Natural gases from the west Texas Permian basin contain from a few per cent to as much as 97% CO2. Ballentine et al.1 have made precise measurements of the 3He/4He and CO2/3He ratios in gases from several wells in the area, in an attempt to determine the origin of the CO2 and explore the paths and processes by which it became mixed with the hydrocarbons. They found 3He/4He ratios higher than those characteristic of radiogenic production in the crust, and CO2/ 3He ratios close to the mantle ratio, much lower than typical crustal ratios. So they conclude that this CO2 is magmatic in origin.
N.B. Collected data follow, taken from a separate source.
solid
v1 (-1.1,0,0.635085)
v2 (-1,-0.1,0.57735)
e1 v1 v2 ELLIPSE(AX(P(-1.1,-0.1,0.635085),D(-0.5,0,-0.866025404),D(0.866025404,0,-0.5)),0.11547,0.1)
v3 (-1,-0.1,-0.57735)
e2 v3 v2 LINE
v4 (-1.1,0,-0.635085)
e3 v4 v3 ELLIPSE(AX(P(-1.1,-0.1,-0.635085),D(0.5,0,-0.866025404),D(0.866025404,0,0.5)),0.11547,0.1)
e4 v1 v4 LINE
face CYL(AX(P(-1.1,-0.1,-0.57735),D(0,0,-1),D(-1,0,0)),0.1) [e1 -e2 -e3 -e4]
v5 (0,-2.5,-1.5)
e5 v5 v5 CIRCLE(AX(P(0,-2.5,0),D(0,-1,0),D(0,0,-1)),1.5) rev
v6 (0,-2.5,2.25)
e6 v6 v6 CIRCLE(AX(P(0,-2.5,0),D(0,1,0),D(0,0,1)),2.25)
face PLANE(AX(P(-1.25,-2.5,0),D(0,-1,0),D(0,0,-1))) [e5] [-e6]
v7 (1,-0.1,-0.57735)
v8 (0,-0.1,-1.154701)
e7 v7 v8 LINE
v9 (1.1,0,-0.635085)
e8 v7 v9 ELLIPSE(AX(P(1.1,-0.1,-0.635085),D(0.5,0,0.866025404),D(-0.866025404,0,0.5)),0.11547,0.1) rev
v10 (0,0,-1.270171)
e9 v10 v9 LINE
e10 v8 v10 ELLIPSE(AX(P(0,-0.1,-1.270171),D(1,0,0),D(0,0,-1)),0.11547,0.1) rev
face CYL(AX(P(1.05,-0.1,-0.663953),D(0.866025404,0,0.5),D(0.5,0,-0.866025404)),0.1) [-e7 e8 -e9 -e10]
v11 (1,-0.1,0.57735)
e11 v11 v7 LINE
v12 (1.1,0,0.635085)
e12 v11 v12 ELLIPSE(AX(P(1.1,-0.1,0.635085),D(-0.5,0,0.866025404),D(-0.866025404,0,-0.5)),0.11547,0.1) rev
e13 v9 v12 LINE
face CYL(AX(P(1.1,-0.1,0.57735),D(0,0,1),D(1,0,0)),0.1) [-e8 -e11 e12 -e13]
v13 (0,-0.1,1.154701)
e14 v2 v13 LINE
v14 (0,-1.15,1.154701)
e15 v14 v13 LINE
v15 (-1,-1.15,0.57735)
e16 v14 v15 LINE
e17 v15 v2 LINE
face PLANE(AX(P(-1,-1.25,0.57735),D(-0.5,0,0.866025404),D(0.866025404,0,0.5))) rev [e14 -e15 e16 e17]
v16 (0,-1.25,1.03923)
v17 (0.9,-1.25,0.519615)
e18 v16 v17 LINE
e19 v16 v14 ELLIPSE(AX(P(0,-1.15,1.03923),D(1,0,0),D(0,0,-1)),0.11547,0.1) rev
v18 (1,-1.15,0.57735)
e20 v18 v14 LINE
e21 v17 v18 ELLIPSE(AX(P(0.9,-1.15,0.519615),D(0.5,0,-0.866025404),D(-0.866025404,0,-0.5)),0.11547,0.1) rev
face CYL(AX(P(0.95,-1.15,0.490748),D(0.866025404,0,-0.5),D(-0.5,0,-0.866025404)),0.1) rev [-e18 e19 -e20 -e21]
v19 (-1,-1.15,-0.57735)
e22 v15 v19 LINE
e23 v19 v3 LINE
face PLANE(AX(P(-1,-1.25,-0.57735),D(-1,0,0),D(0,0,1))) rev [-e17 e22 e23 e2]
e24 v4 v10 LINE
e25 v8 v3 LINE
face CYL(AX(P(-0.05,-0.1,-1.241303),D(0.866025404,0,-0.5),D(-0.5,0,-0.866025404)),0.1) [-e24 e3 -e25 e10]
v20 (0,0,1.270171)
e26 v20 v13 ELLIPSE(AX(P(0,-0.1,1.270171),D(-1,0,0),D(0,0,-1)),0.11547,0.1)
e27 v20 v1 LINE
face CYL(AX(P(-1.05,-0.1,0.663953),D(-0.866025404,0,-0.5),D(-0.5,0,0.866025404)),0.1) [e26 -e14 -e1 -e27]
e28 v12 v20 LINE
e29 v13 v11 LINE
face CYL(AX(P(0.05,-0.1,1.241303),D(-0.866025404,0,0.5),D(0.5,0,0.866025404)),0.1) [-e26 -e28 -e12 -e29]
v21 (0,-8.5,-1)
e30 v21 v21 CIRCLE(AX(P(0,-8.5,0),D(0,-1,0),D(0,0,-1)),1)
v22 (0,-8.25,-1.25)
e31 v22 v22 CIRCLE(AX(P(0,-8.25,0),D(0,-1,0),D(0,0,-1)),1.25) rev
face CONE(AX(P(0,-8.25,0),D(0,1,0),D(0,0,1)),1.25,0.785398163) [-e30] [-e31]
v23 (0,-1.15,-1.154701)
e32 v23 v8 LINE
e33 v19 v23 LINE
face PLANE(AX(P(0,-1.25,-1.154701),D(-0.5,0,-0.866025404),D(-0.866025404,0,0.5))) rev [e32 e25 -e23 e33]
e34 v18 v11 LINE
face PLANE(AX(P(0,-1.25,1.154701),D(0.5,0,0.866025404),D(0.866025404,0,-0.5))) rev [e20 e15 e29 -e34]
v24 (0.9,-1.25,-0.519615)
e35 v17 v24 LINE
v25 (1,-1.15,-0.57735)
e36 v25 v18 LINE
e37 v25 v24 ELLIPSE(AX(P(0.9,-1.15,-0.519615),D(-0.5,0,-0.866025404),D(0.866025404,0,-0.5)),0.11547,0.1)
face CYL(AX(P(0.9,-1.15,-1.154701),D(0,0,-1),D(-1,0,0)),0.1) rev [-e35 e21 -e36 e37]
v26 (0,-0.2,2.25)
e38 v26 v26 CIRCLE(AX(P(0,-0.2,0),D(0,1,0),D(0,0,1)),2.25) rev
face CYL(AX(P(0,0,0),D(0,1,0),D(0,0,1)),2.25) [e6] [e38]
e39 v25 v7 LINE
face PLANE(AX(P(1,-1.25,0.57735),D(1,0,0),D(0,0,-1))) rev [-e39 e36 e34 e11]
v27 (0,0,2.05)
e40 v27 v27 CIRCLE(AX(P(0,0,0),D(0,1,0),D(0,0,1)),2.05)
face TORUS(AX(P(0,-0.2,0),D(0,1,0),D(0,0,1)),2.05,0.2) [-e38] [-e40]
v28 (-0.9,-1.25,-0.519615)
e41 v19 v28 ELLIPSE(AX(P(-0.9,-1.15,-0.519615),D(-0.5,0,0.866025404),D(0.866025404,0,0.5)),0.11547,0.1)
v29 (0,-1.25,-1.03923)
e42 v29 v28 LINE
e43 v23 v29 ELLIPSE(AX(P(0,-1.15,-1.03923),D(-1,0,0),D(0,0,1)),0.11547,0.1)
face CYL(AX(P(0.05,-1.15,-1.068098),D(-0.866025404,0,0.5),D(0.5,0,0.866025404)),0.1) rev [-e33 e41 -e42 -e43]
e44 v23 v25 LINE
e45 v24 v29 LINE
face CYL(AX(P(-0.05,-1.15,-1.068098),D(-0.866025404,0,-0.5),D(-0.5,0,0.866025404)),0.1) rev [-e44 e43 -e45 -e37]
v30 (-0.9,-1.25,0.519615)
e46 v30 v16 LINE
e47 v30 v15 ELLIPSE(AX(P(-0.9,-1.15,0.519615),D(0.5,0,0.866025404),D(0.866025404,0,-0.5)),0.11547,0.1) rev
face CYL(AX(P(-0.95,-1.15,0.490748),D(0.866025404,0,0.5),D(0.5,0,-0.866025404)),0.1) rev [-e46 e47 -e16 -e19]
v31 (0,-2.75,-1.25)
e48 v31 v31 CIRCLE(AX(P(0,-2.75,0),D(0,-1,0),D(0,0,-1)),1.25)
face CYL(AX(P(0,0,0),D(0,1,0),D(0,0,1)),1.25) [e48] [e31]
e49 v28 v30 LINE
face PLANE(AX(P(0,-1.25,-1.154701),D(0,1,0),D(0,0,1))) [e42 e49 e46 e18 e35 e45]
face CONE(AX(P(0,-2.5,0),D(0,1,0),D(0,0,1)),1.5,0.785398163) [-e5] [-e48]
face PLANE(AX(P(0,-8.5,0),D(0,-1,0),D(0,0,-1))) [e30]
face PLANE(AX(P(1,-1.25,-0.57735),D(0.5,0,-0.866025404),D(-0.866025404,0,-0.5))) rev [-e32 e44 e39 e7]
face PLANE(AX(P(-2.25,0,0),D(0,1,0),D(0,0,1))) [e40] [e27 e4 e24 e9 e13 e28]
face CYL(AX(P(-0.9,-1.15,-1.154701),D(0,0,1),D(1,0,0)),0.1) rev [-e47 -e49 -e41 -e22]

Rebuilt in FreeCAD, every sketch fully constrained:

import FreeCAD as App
import Part
import Sketcher

V = App.Vector
Q = App.Units.Quantity


def edges_at(feature, points):
    """Names of the edges that pass closest to the given points."""
    edges = feature.Shape.Edges
    near = lambda p: min(range(len(edges)), key=lambda i: edges[i].distToShape(Part.Vertex(*p))[0])
    return sorted({f"Edge{near(p) + 1}" for p in points})


def add_polygon(sketch, points):
    """Adds a closed chain of lines whose ends are joined by coincident constraints."""
    first, n = sketch.GeometryCount, len(points)
    for a, b in zip(points, points[1:] + points[:1]):
        sketch.addGeometry(Part.LineSegment(App.Vector(*a, 0), App.Vector(*b, 0)), False)
    for i in range(n):
        sketch.addConstraint(Sketcher.Constraint("Coincident", first + i, 2, first + (i + 1) % n, 1))

doc = App.newDocument("Part")
body = doc.addObject("PartDesign::Body", "Body")

# Sketch on XY plane
sketch1 = body.newObject("Sketcher::SketchObject", "Sketch")
sketch1.AttachmentSupport = (doc.getObject("XY_Plane"), [""])
sketch1.MapMode = "FlatFace"
add_polygon(sketch1, [(-1.2, -8.5), (0, -8.5), (0, 0), (-2.2, 0), (-2.2, -2.5), (-1.2, -2.5)])  # lines 0-5
sketch1.addConstraint([
    Sketcher.Constraint("Horizontal", 0),
    Sketcher.Constraint("Vertical", 1),
    Sketcher.Constraint("Horizontal", 2),
    Sketcher.Constraint("Vertical", 3),
    Sketcher.Constraint("Horizontal", 4),
    Sketcher.Constraint("Vertical", 5),
    Sketcher.Constraint("Coincident", 1, 2, -1, 1),
    Sketcher.Constraint("DistanceX", 4, 1, 4, 2, 1.0),
    Sketcher.Constraint("DistanceY", 5, 2, 5, 1, 6.0),
    Sketcher.Constraint("DistanceY", 1, 1, 1, 2, 8.5),
    Sketcher.Constraint("DistanceX", 0, 1, 0, 2, 1.25),
])
revolution = body.newObject("PartDesign::Revolution", "Revolution")
revolution.Profile = sketch1
revolution.ReferenceAxis = (sketch1, ["V_Axis"])
revolution.Angle = 360
doc.recompute()

chamfer = body.newObject("PartDesign::Chamfer", "Chamfer")
chamfer.Base = (revolution, edges_at(revolution, [(0, -2.5, -1.25), (0, -8.5, -1.25)]))
chamfer.Size = 0.25
doc.recompute()

fillet = body.newObject("PartDesign::Fillet", "Fillet")
fillet.Base = (chamfer, edges_at(chamfer, [(0, 0, -2.25)]))
fillet.Radius = 0.2

# Sketch on XZ plane
sketch2 = body.newObject("Sketcher::SketchObject", "Sketch001")
sketch2.AttachmentSupport = (doc.getObject("XZ_Plane"), [""])
sketch2.MapMode = "FlatFace"
add_polygon(sketch2, [(0, -1.2), (-1, -0.6), (-1, 0.6), (0, 1.2), (1, 0.6), (1, -0.6)])  # lines 0-5
sketch2.addConstraint([
    Sketcher.Constraint("Vertical", 1),
    Sketcher.Constraint("Vertical", 4),
    Sketcher.Constraint("Symmetric", 0, 2, 3, 2, -1, 1),
    Sketcher.Constraint("Symmetric", 2, 2, 5, 2, -1, 1),
    Sketcher.Constraint("PointOnObject", 2, 2, -2),
    Sketcher.Constraint("Parallel", 2, 5),
    Sketcher.Constraint("Horizontal", 1, 2, 3, 2),
    Sketcher.Constraint("Angle", 0, Q("150 deg")),
    Sketcher.Constraint("DistanceX", 0, 2, -1, 1, 1.0),
    Sketcher.Constraint("DistanceY", 1, 1, 1, 2, 1.154701),
])
pocket1 = body.newObject("PartDesign::Pocket", "Pocket")
pocket1.Profile = sketch2
pocket1.Length = 1.25
pocket1.Reversed = True
doc.recompute()

fillet2 = body.newObject("PartDesign::Fillet", "Fillet001")
fillet2.Base = (pocket1, edges_at(pocket1, [
    (0.5, -1.25, -0.866),
    (1, -1.25, 0),
    (0.5, -1.25, 0.866),
    (-0.5, -1.25, 0.866),
    (-1, -1.25, 0),
    (-0.5, -1.25, -0.866),
    (0.5, 0, -0.866),
    (-0.5, 0, -0.866),
    (-1, 0, 0),
    (-0.5, 0, 0.866),
    (0.5, 0, 0.866),
    (1, 0, 0),
]))
fillet2.Radius = 0.1

doc.recompute()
But how are gases originating in the Earth's mantle transferred into the crust? The most plausible process is magmatism — roughly speaking, deep-seated volcanic activity — and Ballentine et al. have attempted to identify the potential areas of magmatism that have contributed CO 2 to the west Texas Permian basin. Magmatism occurred during the development of the Basin and Range Province, which lies 100 km or more west of the Texas basin. But Ballentine et al. argue that this is an unlikely source because the CO2/3He mantle signal increases towards the south of the Texas Permian basin, suggesting a different pathway for gas migration. Instead, they propose that mantle-derived CO2 entered the basin during extension and uplift of the area around 300 million years ago, which is believed to be the last large tectonic episode to affect the region. In their view, hydrocarbon generation began 280 million years ago — that is, after CO2 had entered the basin.
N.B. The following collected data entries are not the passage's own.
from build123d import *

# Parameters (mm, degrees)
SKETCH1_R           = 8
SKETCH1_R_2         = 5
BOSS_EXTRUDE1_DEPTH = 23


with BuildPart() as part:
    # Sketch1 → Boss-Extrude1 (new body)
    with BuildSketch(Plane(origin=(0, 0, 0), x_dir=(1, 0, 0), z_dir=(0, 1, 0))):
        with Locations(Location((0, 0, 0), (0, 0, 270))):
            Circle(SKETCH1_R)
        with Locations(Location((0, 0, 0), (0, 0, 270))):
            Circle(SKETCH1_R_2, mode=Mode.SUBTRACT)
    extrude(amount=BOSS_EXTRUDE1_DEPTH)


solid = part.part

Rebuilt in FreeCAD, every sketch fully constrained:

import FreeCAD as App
import Part
import Sketcher

V = App.Vector
Q = App.Units.Quantity

doc = App.newDocument("Part")
params = doc.addObject("Spreadsheet::Sheet", "Params")
for row, (alias, value) in enumerate([
    ("sketch1_diameter", "16 mm"),
    ("sketch1_diameter2", "10 mm"),
    ("pad1_length", "23 mm"),
], start=1):
    params.set(f"A{row}", alias)
    params.set(f"B{row}", "=" + value)
    params.setAlias(f"B{row}", alias)

body = doc.addObject("PartDesign::Body", "Body")

# Sketch on XZ plane
sketch1 = body.newObject("Sketcher::SketchObject", "Sketch")
sketch1.AttachmentSupport = (doc.getObject("XZ_Plane"), [""])
sketch1.MapMode = "FlatFace"
sketch1.addGeometry([
    Part.Circle(V(0, 0, 0), V(0, 0, 1), 8),
    Part.Circle(V(0, 0, 0), V(0, 0, 1), 5),
], False)
sketch1.addConstraint([
    Sketcher.Constraint("Coincident", 0, 3, -1, 1),
    Sketcher.Constraint("Coincident", 1, 3, -1, 1),
    Sketcher.Constraint("Diameter", 0, Q("16 mm")),
    Sketcher.Constraint("Diameter", 1, Q("10 mm")),
])
sketch1.setExpression("Constraints[2]", "Params.sketch1_diameter")
sketch1.setExpression("Constraints[3]", "Params.sketch1_diameter2")
pad1 = body.newObject("PartDesign::Pad", "Pad")
pad1.Profile = sketch1
pad1.setExpression("Length", "Params.pad1_length")
pad1.Reversed = True

doc.recompute()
Several reports indicate that natural gases, especially hydrocarbon-rich gases, are often associated with volatiles derived from the mantle. But such an association generally occurs in basins that have experienced tectonic activity comparatively recently (during the Cenozoic, the era running from 65 million years ago until the present). Examples of such basins are those that have been affected by Alpine tectonics, such as the Rhine graben or the Pannonian basin in Hungary3,4, or those formed in subduction zones where tectonic plates slide down into the mantle, such as the Green Tuffs in Japan5,6. If Ballentine and colleagues' view that gases can be stored in much older, currently stable continental areas is correct, it means that there may well be appreciable amounts of hydrocarbons in such regions waiting to be discovered and exploited.
More generally, their conclusion supports the geochemical view that fluids (ground water, as well as natural gas) can be stored in geological basins for very long periods of time, rather than the results of hydrodynamical modelling which suggest that underground fluids move comparatively rapidly in geological terms. The key issues in these debates are the variation in permeability of geological barriers and the diffusivity of fluid species through such barriers — both parameters are only poorly known and are difficult to assess over geological time periods. Further case studies that address these matters would be most welcome.